[Stored data]

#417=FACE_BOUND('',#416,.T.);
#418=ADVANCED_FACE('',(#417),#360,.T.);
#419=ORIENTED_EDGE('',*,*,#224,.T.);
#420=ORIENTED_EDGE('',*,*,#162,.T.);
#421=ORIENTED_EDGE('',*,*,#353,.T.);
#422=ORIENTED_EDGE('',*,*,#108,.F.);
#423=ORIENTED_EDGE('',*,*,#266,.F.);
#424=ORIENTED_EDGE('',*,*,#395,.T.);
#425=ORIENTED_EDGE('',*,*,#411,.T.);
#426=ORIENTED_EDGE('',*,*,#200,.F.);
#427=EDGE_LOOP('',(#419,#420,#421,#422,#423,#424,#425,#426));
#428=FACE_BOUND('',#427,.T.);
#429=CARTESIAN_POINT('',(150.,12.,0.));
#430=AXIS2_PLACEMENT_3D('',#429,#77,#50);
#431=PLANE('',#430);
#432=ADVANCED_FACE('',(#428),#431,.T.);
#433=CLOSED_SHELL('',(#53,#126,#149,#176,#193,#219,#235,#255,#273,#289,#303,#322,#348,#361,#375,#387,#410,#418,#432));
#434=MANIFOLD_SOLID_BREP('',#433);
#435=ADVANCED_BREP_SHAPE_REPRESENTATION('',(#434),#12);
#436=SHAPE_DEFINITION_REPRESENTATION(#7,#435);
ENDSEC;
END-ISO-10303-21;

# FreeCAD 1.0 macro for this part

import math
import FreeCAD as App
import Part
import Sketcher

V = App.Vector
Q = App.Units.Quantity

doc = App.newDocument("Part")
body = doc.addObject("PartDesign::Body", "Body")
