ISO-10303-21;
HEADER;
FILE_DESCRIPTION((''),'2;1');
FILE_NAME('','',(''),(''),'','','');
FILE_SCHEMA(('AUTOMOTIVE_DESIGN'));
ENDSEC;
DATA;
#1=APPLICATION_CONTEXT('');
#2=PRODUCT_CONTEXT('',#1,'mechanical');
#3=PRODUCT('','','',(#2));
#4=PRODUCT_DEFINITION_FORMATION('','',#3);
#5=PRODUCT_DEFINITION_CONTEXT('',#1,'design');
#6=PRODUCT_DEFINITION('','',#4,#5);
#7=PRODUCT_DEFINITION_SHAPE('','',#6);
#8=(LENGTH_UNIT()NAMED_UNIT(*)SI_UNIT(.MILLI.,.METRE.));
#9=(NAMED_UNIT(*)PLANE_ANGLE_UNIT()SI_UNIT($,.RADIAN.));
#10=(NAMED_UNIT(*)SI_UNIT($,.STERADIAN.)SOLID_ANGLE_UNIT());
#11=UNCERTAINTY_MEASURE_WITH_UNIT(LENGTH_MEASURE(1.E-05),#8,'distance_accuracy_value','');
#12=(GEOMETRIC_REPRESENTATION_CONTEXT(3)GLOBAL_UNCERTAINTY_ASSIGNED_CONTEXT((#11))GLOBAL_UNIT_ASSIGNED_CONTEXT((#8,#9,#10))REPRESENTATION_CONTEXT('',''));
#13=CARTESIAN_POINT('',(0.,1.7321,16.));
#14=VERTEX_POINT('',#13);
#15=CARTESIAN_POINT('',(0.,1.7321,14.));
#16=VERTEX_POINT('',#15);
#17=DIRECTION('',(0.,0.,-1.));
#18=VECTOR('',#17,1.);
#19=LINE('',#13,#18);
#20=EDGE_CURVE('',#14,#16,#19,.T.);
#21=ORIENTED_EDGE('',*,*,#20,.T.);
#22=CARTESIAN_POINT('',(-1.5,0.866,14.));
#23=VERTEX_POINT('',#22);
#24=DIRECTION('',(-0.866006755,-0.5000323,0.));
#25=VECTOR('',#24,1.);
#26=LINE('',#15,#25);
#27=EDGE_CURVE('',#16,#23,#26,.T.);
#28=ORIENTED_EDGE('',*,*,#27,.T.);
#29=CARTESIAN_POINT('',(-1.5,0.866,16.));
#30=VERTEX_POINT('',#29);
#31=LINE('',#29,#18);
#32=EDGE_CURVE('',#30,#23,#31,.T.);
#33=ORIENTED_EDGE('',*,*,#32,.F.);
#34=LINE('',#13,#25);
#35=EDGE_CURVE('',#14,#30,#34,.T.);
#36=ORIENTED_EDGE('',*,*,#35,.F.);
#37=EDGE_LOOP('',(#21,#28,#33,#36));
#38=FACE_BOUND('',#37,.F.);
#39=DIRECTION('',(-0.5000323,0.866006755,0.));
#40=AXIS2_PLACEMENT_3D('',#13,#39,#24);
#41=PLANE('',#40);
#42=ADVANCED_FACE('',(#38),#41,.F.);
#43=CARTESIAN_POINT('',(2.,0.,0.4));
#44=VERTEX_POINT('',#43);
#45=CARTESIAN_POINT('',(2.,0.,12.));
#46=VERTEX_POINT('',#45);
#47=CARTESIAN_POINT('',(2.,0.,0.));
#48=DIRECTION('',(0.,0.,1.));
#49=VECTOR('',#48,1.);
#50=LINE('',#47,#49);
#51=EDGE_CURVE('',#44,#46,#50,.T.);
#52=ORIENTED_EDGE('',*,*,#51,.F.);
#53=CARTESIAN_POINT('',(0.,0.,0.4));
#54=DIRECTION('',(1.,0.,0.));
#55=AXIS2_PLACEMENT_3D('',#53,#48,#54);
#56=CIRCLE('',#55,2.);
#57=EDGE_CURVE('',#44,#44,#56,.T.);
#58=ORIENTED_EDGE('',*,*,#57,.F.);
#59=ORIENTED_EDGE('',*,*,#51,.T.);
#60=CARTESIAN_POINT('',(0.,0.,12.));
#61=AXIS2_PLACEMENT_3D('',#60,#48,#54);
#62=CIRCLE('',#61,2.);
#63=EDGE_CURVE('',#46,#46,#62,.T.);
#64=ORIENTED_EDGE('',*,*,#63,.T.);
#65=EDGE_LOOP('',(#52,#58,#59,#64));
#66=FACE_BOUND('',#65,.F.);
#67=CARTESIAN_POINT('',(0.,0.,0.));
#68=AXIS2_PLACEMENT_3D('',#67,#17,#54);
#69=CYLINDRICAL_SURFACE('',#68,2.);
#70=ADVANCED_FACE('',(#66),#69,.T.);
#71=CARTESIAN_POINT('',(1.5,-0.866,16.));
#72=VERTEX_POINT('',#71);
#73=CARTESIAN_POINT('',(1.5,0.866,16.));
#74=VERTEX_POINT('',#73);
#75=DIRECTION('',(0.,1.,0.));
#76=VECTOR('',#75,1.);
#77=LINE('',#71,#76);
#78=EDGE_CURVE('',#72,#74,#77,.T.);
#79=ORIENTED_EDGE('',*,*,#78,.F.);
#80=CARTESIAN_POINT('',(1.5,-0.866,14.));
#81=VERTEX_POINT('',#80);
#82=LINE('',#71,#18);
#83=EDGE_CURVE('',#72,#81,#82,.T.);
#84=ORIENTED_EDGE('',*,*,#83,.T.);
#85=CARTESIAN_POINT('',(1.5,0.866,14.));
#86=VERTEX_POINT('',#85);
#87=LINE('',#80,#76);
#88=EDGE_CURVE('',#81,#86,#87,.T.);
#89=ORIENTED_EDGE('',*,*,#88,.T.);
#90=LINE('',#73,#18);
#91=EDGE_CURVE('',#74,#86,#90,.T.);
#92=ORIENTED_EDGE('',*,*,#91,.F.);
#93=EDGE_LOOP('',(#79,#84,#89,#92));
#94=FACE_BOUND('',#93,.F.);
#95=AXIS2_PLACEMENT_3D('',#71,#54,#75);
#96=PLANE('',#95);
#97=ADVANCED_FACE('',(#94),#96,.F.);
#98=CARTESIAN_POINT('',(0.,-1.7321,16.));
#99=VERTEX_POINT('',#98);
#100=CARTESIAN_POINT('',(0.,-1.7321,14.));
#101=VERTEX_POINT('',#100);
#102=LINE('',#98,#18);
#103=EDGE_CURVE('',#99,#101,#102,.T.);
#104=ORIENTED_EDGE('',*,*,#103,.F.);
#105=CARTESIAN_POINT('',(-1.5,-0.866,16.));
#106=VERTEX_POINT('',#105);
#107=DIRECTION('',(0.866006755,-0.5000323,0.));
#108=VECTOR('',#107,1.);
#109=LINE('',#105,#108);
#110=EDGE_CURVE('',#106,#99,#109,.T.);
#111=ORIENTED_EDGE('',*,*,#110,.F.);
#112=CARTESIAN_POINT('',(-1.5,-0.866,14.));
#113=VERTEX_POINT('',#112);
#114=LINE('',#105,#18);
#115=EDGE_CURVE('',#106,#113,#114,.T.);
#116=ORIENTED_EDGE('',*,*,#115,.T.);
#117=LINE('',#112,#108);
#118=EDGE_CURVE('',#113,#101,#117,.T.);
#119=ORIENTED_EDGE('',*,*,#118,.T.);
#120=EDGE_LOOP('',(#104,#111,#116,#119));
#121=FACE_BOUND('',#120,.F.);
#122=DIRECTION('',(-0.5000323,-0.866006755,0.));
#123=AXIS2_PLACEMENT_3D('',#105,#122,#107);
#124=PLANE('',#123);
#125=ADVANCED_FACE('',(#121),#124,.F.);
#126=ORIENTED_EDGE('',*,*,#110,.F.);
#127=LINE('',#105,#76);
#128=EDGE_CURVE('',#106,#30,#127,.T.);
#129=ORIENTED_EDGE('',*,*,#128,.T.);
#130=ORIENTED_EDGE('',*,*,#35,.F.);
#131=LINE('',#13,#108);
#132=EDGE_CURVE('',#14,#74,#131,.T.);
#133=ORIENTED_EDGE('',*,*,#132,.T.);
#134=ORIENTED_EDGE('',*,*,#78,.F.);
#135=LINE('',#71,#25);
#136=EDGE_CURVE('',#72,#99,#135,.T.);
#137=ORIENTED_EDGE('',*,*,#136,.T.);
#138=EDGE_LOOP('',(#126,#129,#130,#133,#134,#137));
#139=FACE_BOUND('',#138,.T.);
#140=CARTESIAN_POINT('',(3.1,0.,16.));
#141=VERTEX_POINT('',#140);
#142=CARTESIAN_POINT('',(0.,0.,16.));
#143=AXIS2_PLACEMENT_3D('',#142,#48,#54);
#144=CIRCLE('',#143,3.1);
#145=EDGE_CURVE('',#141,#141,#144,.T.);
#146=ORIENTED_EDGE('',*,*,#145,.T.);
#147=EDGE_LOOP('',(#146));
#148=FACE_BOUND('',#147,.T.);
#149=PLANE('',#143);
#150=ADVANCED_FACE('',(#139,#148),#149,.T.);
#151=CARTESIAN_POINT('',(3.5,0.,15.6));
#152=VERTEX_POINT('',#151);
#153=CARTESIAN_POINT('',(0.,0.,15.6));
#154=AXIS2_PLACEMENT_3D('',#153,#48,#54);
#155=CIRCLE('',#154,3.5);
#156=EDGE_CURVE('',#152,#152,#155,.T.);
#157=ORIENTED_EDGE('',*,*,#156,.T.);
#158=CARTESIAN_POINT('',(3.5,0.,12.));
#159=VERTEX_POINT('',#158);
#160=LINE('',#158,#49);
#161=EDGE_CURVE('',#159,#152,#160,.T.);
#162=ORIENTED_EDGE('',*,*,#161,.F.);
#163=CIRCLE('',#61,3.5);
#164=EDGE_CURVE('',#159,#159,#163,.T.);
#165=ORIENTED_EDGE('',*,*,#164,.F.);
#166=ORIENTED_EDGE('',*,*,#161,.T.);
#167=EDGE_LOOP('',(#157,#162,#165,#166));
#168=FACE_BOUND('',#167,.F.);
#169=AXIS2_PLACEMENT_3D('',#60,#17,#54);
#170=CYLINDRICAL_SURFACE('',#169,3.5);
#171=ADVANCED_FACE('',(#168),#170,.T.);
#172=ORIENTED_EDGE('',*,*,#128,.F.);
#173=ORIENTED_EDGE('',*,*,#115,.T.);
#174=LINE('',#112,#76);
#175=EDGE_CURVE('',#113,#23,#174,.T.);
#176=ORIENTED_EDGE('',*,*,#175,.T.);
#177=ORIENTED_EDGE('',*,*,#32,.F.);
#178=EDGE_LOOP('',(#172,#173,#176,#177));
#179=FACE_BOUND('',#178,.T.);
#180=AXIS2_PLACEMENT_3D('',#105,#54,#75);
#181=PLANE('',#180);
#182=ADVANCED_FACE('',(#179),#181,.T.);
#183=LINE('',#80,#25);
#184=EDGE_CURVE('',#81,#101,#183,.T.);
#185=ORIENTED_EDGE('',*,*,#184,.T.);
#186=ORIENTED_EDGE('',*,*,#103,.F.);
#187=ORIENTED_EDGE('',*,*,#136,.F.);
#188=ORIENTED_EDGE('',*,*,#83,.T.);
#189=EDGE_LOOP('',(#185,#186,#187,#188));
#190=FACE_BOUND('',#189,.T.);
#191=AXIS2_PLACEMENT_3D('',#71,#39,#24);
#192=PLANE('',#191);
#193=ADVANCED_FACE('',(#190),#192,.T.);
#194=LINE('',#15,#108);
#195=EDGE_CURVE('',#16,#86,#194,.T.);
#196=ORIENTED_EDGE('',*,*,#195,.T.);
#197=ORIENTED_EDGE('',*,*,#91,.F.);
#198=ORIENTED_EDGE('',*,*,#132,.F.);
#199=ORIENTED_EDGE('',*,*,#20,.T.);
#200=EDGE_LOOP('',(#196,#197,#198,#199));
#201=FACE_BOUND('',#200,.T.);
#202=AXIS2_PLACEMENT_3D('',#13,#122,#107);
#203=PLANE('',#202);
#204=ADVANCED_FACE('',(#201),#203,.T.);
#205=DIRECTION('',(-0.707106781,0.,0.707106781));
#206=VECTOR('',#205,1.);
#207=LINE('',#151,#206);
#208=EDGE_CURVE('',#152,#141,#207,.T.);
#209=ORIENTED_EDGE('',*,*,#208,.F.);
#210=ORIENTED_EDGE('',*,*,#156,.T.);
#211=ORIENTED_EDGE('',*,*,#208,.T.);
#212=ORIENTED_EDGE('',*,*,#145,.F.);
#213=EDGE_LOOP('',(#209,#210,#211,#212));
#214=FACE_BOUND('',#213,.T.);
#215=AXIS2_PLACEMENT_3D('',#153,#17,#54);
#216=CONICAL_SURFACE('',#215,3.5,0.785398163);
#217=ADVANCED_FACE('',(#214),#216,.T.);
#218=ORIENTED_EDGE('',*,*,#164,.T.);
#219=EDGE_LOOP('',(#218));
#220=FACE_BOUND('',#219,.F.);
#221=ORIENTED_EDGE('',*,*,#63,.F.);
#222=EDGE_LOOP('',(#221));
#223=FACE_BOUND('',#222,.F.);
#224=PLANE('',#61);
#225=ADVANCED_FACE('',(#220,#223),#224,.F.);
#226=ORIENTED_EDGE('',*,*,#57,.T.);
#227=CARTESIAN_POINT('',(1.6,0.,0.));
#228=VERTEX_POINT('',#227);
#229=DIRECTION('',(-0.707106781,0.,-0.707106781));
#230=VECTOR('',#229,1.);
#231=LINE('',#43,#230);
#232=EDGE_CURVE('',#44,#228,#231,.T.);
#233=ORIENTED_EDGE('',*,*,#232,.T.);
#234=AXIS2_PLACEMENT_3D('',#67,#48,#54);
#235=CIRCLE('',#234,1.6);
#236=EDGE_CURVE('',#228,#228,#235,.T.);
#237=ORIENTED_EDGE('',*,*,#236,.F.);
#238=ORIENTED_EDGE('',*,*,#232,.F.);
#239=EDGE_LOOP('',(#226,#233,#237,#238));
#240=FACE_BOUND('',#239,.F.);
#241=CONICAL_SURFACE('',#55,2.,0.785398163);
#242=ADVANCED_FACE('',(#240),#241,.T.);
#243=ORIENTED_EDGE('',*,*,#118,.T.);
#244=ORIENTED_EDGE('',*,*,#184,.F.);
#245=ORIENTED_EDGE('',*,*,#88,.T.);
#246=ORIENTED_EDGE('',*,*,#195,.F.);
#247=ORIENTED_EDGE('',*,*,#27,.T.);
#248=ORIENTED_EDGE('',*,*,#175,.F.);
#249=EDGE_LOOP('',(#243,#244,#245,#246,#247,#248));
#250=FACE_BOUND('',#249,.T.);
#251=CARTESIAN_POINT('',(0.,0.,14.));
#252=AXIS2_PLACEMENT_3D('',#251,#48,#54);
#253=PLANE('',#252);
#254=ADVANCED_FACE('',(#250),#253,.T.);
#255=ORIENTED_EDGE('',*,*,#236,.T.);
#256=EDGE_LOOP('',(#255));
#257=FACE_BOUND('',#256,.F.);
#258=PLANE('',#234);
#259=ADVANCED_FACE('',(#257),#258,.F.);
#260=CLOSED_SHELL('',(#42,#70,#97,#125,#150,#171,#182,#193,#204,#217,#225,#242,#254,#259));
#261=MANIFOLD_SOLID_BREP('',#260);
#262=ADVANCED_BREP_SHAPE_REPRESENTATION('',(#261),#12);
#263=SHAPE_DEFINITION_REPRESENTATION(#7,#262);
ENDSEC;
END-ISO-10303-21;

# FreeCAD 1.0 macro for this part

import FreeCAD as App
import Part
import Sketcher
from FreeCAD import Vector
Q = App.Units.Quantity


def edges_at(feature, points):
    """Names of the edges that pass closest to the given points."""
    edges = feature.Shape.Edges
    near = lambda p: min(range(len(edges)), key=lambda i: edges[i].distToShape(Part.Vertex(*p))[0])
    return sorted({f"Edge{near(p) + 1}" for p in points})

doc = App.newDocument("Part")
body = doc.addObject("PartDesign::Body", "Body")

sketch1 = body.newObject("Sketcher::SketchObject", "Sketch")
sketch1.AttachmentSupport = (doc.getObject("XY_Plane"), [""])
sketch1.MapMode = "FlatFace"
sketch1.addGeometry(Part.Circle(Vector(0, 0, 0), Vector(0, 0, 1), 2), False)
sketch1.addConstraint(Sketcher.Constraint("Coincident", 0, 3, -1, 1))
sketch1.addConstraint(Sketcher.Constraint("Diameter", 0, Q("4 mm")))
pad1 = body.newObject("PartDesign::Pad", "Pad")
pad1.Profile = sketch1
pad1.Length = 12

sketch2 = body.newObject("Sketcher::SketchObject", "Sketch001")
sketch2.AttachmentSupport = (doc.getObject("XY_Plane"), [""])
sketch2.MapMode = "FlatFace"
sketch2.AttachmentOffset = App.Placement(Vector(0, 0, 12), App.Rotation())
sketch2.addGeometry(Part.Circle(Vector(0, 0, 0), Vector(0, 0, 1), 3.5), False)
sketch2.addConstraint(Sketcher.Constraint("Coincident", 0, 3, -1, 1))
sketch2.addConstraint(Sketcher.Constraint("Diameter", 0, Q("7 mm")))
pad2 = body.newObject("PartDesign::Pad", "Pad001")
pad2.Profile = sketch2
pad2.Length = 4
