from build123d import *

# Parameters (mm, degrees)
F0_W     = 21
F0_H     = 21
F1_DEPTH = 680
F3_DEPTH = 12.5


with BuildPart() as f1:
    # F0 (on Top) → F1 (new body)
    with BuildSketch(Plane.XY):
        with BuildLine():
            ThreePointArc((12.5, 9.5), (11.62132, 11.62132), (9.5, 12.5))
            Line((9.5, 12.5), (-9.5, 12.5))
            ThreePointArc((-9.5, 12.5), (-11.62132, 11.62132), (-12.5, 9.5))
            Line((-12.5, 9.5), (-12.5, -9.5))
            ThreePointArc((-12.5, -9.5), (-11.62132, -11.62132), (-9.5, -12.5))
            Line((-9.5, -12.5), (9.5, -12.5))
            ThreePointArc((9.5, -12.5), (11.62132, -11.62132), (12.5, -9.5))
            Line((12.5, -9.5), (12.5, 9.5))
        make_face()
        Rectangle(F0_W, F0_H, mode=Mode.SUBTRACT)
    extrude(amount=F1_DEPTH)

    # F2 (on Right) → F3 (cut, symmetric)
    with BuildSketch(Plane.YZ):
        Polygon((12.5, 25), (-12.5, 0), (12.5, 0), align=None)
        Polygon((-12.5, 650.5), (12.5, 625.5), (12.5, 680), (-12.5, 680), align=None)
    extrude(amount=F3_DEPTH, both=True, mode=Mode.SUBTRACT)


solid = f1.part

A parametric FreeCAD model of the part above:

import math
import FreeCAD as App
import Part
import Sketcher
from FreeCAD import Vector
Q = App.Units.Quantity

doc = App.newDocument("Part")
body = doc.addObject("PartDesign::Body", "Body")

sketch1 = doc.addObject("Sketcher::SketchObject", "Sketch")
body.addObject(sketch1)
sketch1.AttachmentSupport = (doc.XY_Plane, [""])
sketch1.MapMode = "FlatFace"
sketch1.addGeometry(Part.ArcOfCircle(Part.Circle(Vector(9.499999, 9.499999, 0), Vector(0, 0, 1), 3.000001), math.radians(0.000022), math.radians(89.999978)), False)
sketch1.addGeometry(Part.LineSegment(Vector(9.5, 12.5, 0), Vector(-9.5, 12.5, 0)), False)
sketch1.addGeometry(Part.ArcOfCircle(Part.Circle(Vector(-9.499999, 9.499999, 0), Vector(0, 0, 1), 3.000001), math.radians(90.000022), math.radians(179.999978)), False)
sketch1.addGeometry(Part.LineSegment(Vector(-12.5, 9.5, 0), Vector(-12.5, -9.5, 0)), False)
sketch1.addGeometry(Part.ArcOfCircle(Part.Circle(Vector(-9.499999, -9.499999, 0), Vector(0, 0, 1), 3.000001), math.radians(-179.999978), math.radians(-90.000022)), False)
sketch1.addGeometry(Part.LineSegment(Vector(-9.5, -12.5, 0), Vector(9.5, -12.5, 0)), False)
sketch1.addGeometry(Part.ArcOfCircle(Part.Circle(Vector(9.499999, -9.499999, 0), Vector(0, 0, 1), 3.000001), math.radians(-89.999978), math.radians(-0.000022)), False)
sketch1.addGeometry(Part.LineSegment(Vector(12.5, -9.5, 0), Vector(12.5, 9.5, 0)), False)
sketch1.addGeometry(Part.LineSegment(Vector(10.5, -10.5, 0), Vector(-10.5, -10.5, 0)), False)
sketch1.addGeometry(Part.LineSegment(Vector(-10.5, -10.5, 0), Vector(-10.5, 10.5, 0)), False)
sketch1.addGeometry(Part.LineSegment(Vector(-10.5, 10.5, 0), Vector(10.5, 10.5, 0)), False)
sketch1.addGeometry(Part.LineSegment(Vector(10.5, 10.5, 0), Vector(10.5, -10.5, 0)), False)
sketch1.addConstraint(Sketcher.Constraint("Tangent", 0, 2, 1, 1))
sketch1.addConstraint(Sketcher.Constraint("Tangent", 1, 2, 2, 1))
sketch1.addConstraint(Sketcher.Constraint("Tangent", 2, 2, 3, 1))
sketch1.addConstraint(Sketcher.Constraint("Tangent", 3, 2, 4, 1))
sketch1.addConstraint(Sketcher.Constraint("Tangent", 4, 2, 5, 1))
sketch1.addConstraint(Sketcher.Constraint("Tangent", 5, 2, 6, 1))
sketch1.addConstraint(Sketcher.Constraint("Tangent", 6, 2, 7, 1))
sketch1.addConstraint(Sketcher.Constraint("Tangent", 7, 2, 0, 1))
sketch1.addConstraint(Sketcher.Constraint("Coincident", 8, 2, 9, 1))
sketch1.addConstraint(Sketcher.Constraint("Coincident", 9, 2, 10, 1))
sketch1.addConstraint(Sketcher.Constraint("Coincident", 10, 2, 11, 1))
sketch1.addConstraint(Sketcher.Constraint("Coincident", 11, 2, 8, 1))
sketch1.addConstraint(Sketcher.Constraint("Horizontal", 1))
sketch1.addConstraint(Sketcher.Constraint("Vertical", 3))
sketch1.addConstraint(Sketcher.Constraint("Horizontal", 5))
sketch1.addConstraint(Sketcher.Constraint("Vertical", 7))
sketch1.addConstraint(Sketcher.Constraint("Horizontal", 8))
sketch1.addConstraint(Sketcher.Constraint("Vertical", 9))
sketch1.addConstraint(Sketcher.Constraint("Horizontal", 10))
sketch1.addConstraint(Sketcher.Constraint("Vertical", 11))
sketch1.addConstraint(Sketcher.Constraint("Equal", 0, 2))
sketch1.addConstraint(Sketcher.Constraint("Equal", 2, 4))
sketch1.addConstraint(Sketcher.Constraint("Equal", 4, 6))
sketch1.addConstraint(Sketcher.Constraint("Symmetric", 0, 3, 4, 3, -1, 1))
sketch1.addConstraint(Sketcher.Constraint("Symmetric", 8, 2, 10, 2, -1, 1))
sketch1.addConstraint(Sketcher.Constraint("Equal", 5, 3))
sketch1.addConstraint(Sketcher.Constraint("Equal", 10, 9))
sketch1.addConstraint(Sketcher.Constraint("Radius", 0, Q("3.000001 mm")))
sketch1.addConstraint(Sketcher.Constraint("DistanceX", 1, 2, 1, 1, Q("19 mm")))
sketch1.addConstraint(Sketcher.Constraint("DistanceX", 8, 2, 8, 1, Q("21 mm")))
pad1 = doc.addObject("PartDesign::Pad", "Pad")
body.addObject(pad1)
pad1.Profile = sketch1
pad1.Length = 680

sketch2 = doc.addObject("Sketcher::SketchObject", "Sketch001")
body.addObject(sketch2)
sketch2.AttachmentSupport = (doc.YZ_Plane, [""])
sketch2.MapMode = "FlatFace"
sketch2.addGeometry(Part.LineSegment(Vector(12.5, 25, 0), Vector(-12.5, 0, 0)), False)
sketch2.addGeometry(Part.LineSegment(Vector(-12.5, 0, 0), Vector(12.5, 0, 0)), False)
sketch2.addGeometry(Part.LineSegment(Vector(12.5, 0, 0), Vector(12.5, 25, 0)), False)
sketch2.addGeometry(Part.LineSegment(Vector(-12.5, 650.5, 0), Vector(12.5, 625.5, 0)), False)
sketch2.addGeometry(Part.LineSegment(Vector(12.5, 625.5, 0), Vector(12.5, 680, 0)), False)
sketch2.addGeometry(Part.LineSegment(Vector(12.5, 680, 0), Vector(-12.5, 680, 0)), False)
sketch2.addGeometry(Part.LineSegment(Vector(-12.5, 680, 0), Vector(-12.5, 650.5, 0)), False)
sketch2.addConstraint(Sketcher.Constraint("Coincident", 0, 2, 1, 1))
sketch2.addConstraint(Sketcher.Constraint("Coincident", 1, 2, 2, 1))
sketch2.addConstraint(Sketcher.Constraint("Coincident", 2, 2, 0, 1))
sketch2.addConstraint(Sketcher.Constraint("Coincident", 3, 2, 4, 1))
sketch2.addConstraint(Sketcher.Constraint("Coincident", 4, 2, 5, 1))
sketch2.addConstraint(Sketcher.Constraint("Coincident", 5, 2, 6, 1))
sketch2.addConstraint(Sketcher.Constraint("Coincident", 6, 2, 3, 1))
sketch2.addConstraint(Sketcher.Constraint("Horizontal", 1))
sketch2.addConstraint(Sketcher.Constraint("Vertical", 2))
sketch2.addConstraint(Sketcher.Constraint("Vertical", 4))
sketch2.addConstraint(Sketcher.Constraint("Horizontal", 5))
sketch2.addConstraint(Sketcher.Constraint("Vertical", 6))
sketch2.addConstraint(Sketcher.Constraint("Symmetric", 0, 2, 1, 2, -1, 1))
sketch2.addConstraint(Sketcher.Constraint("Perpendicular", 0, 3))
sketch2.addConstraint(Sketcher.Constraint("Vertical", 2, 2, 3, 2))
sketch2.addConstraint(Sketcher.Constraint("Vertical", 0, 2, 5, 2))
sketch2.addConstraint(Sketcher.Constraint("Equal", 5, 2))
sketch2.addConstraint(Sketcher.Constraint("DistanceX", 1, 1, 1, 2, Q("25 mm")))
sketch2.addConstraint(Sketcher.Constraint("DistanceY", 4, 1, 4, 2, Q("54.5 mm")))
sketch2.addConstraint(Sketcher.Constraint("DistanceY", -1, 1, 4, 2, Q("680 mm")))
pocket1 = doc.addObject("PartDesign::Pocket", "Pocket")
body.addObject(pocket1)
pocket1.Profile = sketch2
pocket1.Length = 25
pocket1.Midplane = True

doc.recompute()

▸ TASK TO CARRY OUT
From the records above, quote only the lines running from the line with "-11.62132), (-9.5, -12.5))" to the line with "A parametric FreeCAD", both lines included.

▸ TASK ANSWER
            ThreePointArc((-12.5, -9.5), (-11.62132, -11.62132), (-9.5, -12.5))
            Line((-9.5, -12.5), (9.5, -12.5))
            ThreePointArc((9.5, -12.5), (11.62132, -11.62132), (12.5, -9.5))
            Line((12.5, -9.5), (12.5, 9.5))
        make_face()
        Rectangle(F0_W, F0_H, mode=Mode.SUBTRACT)
    extrude(amount=F1_DEPTH)

    # F2 (on Right) → F3 (cut, symmetric)
    with BuildSketch(Plane.YZ):
        Polygon((12.5, 25), (-12.5, 0), (12.5, 0), align=None)
        Polygon((-12.5, 650.5), (12.5, 625.5), (12.5, 680), (-12.5, 680), align=None)
    extrude(amount=F3_DEPTH, both=True, mode=Mode.SUBTRACT)


solid = f1.part

A parametric FreeCAD model of the part above:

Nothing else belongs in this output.